Obviously, it's early days yet, but the OMF clearly believes they may have opened an important new beachhead in this disorder - one that could explain much.
First some ME/CFS and OMF news....
The Consortium Approach Wins Out
Whittemore's eyes widened: here was a comprehensive plan featuring some of the top researchers in the country. I wouldn't be surprised if the mere presence of this plan featuring these figures helped convince Whittemore ithat she could successfully push the NIH hard to take ME/CFS seriously.
The plan proposed that a consortium of researchers from across the country participate in a methodical effort to understand and cure ME/CFS. Yesterday, Vicky Whittemore proposed that the NIH fund a consortium of research/treatment sites that would work in unison to solve ME/CFS.
Big Data is In: Harvard / Stanford to Produce Unique Computer Program for OMF
- How do ME/CFS patients’ particular biological test results compare with or differ from healthy people and with people with other diseases?
- Is there a biological footprint for ME/CFS patients, are there defined subsets, and how do they compare to healthy people or people with other diseases?
- Will some treatments for other diseases of similar symptoms also work on ME/CFS?
Transcript of Ron's talk at #MillionsMissing protest in SF - From Janet Dafoe (Ron's Wife)
I’m Ron Davis and my son is missing.
Can you hear?
Haha, thank you.
Linda Tannenbaum has really helped us a lot in raising funding.
[fright][/fright]We have enough funding that we managed to assemble a very small team at the Stanford Genome Technology Center. This team is really excellent in doing research. And we are making progress.
Now, it is very clear what is needed: We need more people doing research in this area. I don’t want all this money just to fund my own lab. I want to recruit other people in other labs that are specialists in things that need to be looked at. And we are now doing that.
I think that we are very close now to finding a molecular diagnostic marker.
And we also think we have a bit of an understanding of what this disease is.
A lot of the ideas that have been around about what this disease is, I think are wrong.
And, it`s only because they look at one of the symptoms.
I think what this disease is, is a fundamental shutdown of the energy generation system in the body. And we can see that from all the molecules we look at.
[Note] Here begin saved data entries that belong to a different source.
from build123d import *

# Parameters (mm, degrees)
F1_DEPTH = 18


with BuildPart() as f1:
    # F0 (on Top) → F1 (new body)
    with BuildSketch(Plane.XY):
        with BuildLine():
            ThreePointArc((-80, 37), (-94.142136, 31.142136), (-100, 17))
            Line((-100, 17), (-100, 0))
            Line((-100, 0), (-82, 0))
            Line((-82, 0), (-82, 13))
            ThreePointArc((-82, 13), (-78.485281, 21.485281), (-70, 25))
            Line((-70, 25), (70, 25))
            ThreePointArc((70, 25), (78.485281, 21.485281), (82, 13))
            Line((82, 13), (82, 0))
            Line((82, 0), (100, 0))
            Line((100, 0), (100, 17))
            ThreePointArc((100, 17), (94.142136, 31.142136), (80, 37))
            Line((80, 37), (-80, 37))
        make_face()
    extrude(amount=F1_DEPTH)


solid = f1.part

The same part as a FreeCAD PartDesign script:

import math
import FreeCAD as App
import Part
import Sketcher

V = App.Vector
Q = App.Units.Quantity

doc = App.newDocument("Part")
body = doc.addObject("PartDesign::Body", "Body")

sketch1 = body.newObject("Sketcher::SketchObject", "Sketch")
sketch1.AttachmentSupport = (doc.getObject("XY_Plane"), [""])
sketch1.MapMode = "FlatFace"
sketch1.addGeometry(Part.ArcOfCircle(Part.Circle(V(-80, 17, 0), V(0, 0, 1), 20), math.radians(90), math.radians(180)), False)
sketch1.addGeometry(Part.LineSegment(V(-100, 17, 0), V(-100, 0, 0)), False)
sketch1.addGeometry(Part.LineSegment(V(-100, 0, 0), V(-82, 0, 0)), False)
sketch1.addGeometry(Part.LineSegment(V(-82, 0, 0), V(-82, 13, 0)), False)
sketch1.addGeometry(Part.ArcOfCircle(Part.Circle(V(-70, 13, 0), V(0, 0, 1), 12), math.radians(90), math.radians(180)), False)
sketch1.addGeometry(Part.LineSegment(V(-70, 25, 0), V(70, 25, 0)), False)
sketch1.addGeometry(Part.ArcOfCircle(Part.Circle(V(70, 13, 0), V(0, 0, 1), 12), math.radians(0), math.radians(90)), False)
sketch1.addGeometry(Part.LineSegment(V(82, 13, 0), V(82, 0, 0)), False)
sketch1.addGeometry(Part.LineSegment(V(82, 0, 0), V(100, 0, 0)), False)
sketch1.addGeometry(Part.LineSegment(V(100, 0, 0), V(100, 17, 0)), False)
sketch1.addGeometry(Part.ArcOfCircle(Part.Circle(V(80, 17, 0), V(0, 0, 1), 20), math.radians(0), math.radians(90)), False)
sketch1.addGeometry(Part.LineSegment(V(80, 37, 0), V(-80, 37, 0)), False)
sketch1.addConstraint(Sketcher.Constraint("Tangent", 0, 2, 1, 1))
sketch1.addConstraint(Sketcher.Constraint("Coincident", 1, 2, 2, 1))
sketch1.addConstraint(Sketcher.Constraint("Coincident", 2, 2, 3, 1))
sketch1.addConstraint(Sketcher.Constraint("Tangent", 3, 2, 4, 2))
sketch1.addConstraint(Sketcher.Constraint("Tangent", 4, 1, 5, 1))
sketch1.addConstraint(Sketcher.Constraint("Tangent", 5, 2, 6, 2))
sketch1.addConstraint(Sketcher.Constraint("Tangent", 6, 1, 7, 1))
sketch1.addConstraint(Sketcher.Constraint("Coincident", 7, 2, 8, 1))
sketch1.addConstraint(Sketcher.Constraint("Coincident", 8, 2, 9, 1))
sketch1.addConstraint(Sketcher.Constraint("Tangent", 9, 2, 10, 1))
sketch1.addConstraint(Sketcher.Constraint("Tangent", 10, 2, 11, 1))
sketch1.addConstraint(Sketcher.Constraint("Tangent", 11, 2, 0, 1))
sketch1.addConstraint(Sketcher.Constraint("Vertical", 1))
sketch1.addConstraint(Sketcher.Constraint("Horizontal", 2))
sketch1.addConstraint(Sketcher.Constraint("Vertical", 3))
sketch1.addConstraint(Sketcher.Constraint("Horizontal", 5))
sketch1.addConstraint(Sketcher.Constraint("Vertical", 7))
sketch1.addConstraint(Sketcher.Constraint("Horizontal", 8))
sketch1.addConstraint(Sketcher.Constraint("Vertical", 9))
sketch1.addConstraint(Sketcher.Constraint("Horizontal", 11))
sketch1.addConstraint(Sketcher.Constraint("Equal", 4, 6))
sketch1.addConstraint(Sketcher.Constraint("Equal", 0, 10))
sketch1.addConstraint(Sketcher.Constraint("Symmetric", 2, 2, 7, 2, -1, 1))
sketch1.addConstraint(Sketcher.Constraint("Symmetric", 1, 2, 8, 2, -2))
sketch1.addConstraint(Sketcher.Constraint("Radius", 0, Q("19.999999 mm")))
sketch1.addConstraint(Sketcher.Constraint("Radius", 4, Q("12.000001 mm")))
sketch1.addConstraint(Sketcher.Constraint("DistanceX", 2, 1, 2, 2, Q("18 mm")))
sketch1.addConstraint(Sketcher.Constraint("DistanceX", 5, 1, 5, 2, Q("140 mm")))
sketch1.addConstraint(Sketcher.Constraint("DistanceY", 1, 2, 1, 1, Q("17 mm")))
sketch1.addConstraint(Sketcher.Constraint("DistanceY", 3, 1, 3, 2, Q("13 mm")))
pad1 = body.newObject("PartDesign::Pad", "Pad")
pad1.Profile = sketch1
pad1.Length = 18

doc.recompute()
So our type of research is collecting massive data. And we have developed a lot of the technologies that in fact allow you to see massive amounts of data. And we have fantastic people to analyze that data.
And it really looks like it’s a mitochondrial problem. And in fact it doesn’t generate very much energy. And that can cause almost all the symptoms we see. We can make a model for that and explain almost everything about what we see in this disease. It explains the immune system problems; it explains the brain system problems, and so forth.
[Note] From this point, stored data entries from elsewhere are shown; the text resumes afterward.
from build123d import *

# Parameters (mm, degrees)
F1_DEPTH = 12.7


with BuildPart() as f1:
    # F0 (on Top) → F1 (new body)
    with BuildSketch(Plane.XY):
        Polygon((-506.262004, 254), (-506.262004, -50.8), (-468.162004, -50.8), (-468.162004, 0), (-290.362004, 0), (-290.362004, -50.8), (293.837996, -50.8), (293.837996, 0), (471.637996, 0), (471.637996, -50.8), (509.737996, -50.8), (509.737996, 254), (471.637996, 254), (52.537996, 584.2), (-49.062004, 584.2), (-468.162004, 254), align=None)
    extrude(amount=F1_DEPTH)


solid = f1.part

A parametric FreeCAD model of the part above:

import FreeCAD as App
import Part
import Sketcher
from FreeCAD import Vector
Q = App.Units.Quantity

doc = App.newDocument("Part")
body = doc.addObject("PartDesign::Body", "Body")

sketch1 = doc.addObject("Sketcher::SketchObject", "Sketch")
body.addObject(sketch1)
sketch1.AttachmentSupport = (doc.XY_Plane, [""])
sketch1.MapMode = "FlatFace"
sketch1.addGeometry([
    Part.LineSegment(Vector(-506, 254, 0), Vector(-506, -51, 0)),
    Part.LineSegment(Vector(-506, -51, 0), Vector(-468, -51, 0)),
    Part.LineSegment(Vector(-468, -51, 0), Vector(-468, 0, 0)),
    Part.LineSegment(Vector(-468, 0, 0), Vector(-290, 0, 0)),
    Part.LineSegment(Vector(-290, 0, 0), Vector(-290, -51, 0)),
    Part.LineSegment(Vector(-290, -51, 0), Vector(294, -51, 0)),
    Part.LineSegment(Vector(294, -51, 0), Vector(294, 0, 0)),
    Part.LineSegment(Vector(294, 0, 0), Vector(472, 0, 0)),
    Part.LineSegment(Vector(472, 0, 0), Vector(472, -51, 0)),
    Part.LineSegment(Vector(472, -51, 0), Vector(510, -51, 0)),
    Part.LineSegment(Vector(510, -51, 0), Vector(510, 254, 0)),
    Part.LineSegment(Vector(510, 254, 0), Vector(472, 254, 0)),
    Part.LineSegment(Vector(472, 254, 0), Vector(53, 584, 0)),
    Part.LineSegment(Vector(53, 584, 0), Vector(-49, 584, 0)),
    Part.LineSegment(Vector(-49, 584, 0), Vector(-468, 254, 0)),
    Part.LineSegment(Vector(-468, 254, 0), Vector(-506, 254, 0)),
], False)
sketch1.addConstraint([
    Sketcher.Constraint("Coincident", 0, 2, 1, 1),
    Sketcher.Constraint("Coincident", 1, 2, 2, 1),
    Sketcher.Constraint("Coincident", 2, 2, 3, 1),
    Sketcher.Constraint("Coincident", 3, 2, 4, 1),
    Sketcher.Constraint("Coincident", 4, 2, 5, 1),
    Sketcher.Constraint("Coincident", 5, 2, 6, 1),
    Sketcher.Constraint("Coincident", 6, 2, 7, 1),
    Sketcher.Constraint("Coincident", 7, 2, 8, 1),
    Sketcher.Constraint("Coincident", 8, 2, 9, 1),
    Sketcher.Constraint("Coincident", 9, 2, 10, 1),
    Sketcher.Constraint("Coincident", 10, 2, 11, 1),
    Sketcher.Constraint("Coincident", 11, 2, 12, 1),
    Sketcher.Constraint("Coincident", 12, 2, 13, 1),
    Sketcher.Constraint("Coincident", 13, 2, 14, 1),
    Sketcher.Constraint("Coincident", 14, 2, 15, 1),
    Sketcher.Constraint("Coincident", 15, 2, 0, 1),
    Sketcher.Constraint("Vertical", 0),
    Sketcher.Constraint("Horizontal", 1),
    Sketcher.Constraint("Vertical", 2),
    Sketcher.Constraint("Horizontal", 3),
    Sketcher.Constraint("Vertical", 4),
    Sketcher.Constraint("Horizontal", 5),
    Sketcher.Constraint("Vertical", 6),
    Sketcher.Constraint("Horizontal", 7),
    Sketcher.Constraint("Vertical", 8),
    Sketcher.Constraint("Horizontal", 9),
    Sketcher.Constraint("Vertical", 10),
    Sketcher.Constraint("Horizontal", 11),
    Sketcher.Constraint("Horizontal", 13),
    Sketcher.Constraint("Horizontal", 15),
    Sketcher.Constraint("PointOnObject", 2, 2, -1),
    Sketcher.Constraint("PointOnObject", 6, 2, -1),
    Sketcher.Constraint("Horizontal", 1, 2, 4, 2),
    Sketcher.Constraint("Horizontal", 5, 2, 8, 2),
    Sketcher.Constraint("Horizontal", 11, 2, 14, 2),
    Sketcher.Constraint("Vertical", 8, 2, 11, 2),
    Sketcher.Constraint("Vertical", 2, 2, 14, 2),
    Sketcher.Constraint("Equal", 3, 7),
    Sketcher.Constraint("Equal", 1, 9),
    Sketcher.Constraint("Equal", 12, 14),
    Sketcher.Constraint("DistanceX", 3, 1, 3, 2, Q("7 in")),
    Sketcher.Constraint("DistanceX", 5, 1, 5, 2, Q("23 in")),
    Sketcher.Constraint("DistanceX", 13, 2, 13, 1, Q("4 in")),
    Sketcher.Constraint("DistanceY", 0, 2, 0, 1, Q("12 in")),
    Sketcher.Constraint("DistanceY", 2, 1, 2, 2, Q("2 in")),
    Sketcher.Constraint("DistanceX", 1, 1, 1, 2, Q("1.5 in")),
    Sketcher.Constraint("DistanceY", -1, 1, 12, 2, Q("23 in")),
    Sketcher.Constraint("DistanceX", 0, 2, -1, 1, Q("506.262004 mm")),
])
pad1 = doc.addObject("PartDesign::Pad", "Pad")
body.addObject(pad1)
pad1.Profile = sketch1
pad1.Length = Q("0.5 in")

doc.recompute()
Now, the problem is of course, we have to figure out exactly what it is, and what’s going wrong. Probably we need more people to do that, and then we need to figure a way to undo it. We need to figure out a way to reactivate the energy generation system in the body.
I`m optimistic that we can do that, now that we can begin to understand what the problem really is. And so in fact we are actively pursuing compounds and drug companies that might offer some help. We want to do this on a fast track basis.
So we want to figure out what it is, figure out a way to do a diagnostic, and then look for things that might treat it. We want to do that as quickly as possible. I do NOT want to wait another thirty years.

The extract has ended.